> [Activity] Among the lines below, take the one holding "#225=ORIENTED_EDGE('',*,*,#224,.F.);", the one holding "#249=EDGE_LOOP('',(#245,#246,#247,#248));", and all lines between them. Set them down exactly.

*** Opening of Material provided ***

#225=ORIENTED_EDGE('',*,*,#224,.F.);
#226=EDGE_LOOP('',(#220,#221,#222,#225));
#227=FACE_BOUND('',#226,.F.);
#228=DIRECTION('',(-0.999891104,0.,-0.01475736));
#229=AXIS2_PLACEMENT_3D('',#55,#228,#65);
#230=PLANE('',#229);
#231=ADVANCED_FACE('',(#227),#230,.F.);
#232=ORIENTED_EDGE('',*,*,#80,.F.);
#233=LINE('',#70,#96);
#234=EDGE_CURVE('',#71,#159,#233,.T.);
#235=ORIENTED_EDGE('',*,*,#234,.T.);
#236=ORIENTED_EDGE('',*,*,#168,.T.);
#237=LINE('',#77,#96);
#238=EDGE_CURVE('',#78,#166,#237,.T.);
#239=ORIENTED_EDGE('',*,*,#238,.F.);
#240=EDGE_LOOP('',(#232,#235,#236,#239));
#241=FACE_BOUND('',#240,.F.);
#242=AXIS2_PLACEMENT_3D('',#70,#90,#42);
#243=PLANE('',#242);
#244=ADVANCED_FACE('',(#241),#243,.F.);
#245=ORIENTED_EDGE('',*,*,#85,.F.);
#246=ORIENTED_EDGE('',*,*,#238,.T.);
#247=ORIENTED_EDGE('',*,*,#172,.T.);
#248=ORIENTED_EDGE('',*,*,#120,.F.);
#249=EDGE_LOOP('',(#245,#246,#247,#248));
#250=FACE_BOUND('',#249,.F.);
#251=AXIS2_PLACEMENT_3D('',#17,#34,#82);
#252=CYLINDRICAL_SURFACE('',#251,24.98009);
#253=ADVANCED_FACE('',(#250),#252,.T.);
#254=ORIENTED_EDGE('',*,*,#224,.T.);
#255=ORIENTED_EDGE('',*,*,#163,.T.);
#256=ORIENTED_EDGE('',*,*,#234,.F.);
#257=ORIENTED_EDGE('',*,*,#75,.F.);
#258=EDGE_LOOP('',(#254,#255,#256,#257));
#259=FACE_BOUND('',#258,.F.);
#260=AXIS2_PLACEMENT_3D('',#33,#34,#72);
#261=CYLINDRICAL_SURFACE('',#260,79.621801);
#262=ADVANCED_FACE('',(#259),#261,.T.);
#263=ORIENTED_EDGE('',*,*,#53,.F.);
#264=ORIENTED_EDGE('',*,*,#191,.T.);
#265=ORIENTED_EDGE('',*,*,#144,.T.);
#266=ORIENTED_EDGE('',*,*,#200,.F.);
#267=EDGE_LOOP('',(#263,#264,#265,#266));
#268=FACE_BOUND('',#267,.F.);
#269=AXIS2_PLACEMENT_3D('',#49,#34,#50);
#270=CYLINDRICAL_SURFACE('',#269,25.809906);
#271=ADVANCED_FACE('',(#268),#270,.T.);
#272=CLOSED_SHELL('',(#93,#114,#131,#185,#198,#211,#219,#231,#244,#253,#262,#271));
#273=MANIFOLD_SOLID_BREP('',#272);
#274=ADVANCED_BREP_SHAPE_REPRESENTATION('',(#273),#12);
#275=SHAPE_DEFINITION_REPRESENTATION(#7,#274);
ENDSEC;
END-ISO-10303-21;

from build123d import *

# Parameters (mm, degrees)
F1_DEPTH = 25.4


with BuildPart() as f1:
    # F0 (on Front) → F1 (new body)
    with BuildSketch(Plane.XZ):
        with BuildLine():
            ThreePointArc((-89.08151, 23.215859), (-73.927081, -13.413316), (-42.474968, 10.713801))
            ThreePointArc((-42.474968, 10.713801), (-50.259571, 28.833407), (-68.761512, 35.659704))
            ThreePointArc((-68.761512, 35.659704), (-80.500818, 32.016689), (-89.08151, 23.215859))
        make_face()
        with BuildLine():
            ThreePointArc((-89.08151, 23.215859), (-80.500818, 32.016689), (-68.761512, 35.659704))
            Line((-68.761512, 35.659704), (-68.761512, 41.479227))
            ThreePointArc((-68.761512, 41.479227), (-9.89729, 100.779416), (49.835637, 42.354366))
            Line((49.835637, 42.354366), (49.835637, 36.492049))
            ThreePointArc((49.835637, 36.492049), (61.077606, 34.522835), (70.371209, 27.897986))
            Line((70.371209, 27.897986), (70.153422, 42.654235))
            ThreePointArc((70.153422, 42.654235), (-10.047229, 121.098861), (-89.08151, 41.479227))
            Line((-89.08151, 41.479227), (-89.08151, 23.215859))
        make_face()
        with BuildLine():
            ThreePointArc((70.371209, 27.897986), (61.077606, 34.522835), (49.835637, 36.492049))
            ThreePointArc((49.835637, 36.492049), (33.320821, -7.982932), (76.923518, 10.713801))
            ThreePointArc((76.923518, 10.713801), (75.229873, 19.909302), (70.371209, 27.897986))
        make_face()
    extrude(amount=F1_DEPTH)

*** Close of Material provided ***
*** Opening of Material provided ***

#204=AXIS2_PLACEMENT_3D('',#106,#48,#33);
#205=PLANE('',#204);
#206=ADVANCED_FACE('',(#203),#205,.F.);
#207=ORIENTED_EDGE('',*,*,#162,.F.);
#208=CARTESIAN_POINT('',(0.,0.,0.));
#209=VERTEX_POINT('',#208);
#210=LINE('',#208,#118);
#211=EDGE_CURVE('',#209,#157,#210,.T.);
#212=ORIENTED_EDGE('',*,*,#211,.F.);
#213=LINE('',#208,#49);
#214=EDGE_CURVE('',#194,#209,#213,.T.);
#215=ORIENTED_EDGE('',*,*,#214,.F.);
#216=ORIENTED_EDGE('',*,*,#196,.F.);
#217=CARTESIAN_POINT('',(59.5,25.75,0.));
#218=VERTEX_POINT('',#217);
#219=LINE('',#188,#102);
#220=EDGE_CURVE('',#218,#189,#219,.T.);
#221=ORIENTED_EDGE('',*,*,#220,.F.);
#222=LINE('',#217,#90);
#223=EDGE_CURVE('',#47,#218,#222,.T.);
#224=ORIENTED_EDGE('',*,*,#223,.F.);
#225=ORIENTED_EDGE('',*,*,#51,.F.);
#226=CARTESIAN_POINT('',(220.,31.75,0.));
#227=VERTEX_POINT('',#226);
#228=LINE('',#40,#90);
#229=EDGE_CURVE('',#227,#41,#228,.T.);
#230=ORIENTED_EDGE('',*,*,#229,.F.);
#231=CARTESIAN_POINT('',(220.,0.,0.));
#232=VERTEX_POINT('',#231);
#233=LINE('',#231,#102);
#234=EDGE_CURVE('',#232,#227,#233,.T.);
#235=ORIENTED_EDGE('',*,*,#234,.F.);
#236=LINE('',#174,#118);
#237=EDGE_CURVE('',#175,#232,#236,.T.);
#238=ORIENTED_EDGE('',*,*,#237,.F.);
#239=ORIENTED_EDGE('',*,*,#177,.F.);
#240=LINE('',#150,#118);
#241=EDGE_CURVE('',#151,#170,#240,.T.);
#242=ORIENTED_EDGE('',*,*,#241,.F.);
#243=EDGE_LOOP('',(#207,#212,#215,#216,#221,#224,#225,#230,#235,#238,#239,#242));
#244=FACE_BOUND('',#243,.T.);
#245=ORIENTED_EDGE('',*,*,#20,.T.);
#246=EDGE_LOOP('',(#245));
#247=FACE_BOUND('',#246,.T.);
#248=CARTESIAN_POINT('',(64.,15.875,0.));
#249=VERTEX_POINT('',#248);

*** Close of Material provided ***
*** Opening of Material provided ***

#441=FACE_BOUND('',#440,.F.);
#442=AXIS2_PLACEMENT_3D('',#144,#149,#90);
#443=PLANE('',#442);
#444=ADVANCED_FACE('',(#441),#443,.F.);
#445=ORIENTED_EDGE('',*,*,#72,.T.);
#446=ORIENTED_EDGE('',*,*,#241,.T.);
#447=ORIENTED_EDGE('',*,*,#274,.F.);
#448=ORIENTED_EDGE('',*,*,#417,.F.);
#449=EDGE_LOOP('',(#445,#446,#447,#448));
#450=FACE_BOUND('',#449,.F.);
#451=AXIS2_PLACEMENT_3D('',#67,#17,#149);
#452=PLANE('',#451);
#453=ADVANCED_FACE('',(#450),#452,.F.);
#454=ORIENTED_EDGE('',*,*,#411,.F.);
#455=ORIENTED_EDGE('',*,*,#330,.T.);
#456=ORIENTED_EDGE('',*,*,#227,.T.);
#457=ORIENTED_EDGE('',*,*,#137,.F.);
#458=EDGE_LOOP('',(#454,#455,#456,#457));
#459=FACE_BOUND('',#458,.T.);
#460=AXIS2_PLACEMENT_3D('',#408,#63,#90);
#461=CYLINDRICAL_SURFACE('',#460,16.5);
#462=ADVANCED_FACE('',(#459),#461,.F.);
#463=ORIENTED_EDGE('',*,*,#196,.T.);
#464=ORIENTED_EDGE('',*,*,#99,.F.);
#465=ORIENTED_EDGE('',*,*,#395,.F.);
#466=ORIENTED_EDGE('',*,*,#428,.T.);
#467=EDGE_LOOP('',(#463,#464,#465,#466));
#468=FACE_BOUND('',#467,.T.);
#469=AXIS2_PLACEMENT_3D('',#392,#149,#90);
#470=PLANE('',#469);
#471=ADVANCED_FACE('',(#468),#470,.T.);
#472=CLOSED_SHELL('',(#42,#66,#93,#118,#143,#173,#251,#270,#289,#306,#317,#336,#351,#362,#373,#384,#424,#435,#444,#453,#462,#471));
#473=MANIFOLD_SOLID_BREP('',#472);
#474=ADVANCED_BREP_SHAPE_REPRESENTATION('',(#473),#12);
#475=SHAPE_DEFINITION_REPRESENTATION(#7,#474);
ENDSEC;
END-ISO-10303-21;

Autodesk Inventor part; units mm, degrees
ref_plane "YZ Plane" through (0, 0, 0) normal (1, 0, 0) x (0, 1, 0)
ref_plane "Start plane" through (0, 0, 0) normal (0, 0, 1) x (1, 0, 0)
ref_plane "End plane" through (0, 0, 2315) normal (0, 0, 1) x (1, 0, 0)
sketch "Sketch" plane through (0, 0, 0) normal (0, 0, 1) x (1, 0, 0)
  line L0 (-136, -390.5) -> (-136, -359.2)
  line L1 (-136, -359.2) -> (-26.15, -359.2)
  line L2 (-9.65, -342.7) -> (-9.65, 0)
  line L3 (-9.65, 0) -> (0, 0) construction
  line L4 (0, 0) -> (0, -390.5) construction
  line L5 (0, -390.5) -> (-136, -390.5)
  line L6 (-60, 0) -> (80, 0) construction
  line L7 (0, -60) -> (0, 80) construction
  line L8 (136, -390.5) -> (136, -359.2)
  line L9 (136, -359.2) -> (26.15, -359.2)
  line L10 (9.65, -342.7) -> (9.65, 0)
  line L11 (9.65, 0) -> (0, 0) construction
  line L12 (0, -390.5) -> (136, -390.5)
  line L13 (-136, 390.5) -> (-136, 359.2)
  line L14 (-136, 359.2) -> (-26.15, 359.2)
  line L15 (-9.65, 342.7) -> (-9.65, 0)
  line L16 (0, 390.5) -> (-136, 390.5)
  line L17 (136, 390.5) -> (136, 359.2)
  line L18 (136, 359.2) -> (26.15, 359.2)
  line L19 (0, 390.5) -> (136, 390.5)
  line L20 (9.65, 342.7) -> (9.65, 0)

*** Close of Material provided ***

> [Solution to this task]
#225=ORIENTED_EDGE('',*,*,#224,.F.);
#226=EDGE_LOOP('',(#220,#221,#222,#225));
#227=FACE_BOUND('',#226,.F.);
#228=DIRECTION('',(-0.999891104,0.,-0.01475736));
#229=AXIS2_PLACEMENT_3D('',#55,#228,#65);
#230=PLANE('',#229);
#231=ADVANCED_FACE('',(#227),#230,.F.);
#232=ORIENTED_EDGE('',*,*,#80,.F.);
#233=LINE('',#70,#96);
#234=EDGE_CURVE('',#71,#159,#233,.T.);
#235=ORIENTED_EDGE('',*,*,#234,.T.);
#236=ORIENTED_EDGE('',*,*,#168,.T.);
#237=LINE('',#77,#96);
#238=EDGE_CURVE('',#78,#166,#237,.T.);
#239=ORIENTED_EDGE('',*,*,#238,.F.);
#240=EDGE_LOOP('',(#232,#235,#236,#239));
#241=FACE_BOUND('',#240,.F.);
#242=AXIS2_PLACEMENT_3D('',#70,#90,#42);
#243=PLANE('',#242);
#244=ADVANCED_FACE('',(#241),#243,.F.);
#245=ORIENTED_EDGE('',*,*,#85,.F.);
#246=ORIENTED_EDGE('',*,*,#238,.T.);
#247=ORIENTED_EDGE('',*,*,#172,.T.);
#248=ORIENTED_EDGE('',*,*,#120,.F.);
#249=EDGE_LOOP('',(#245,#246,#247,#248));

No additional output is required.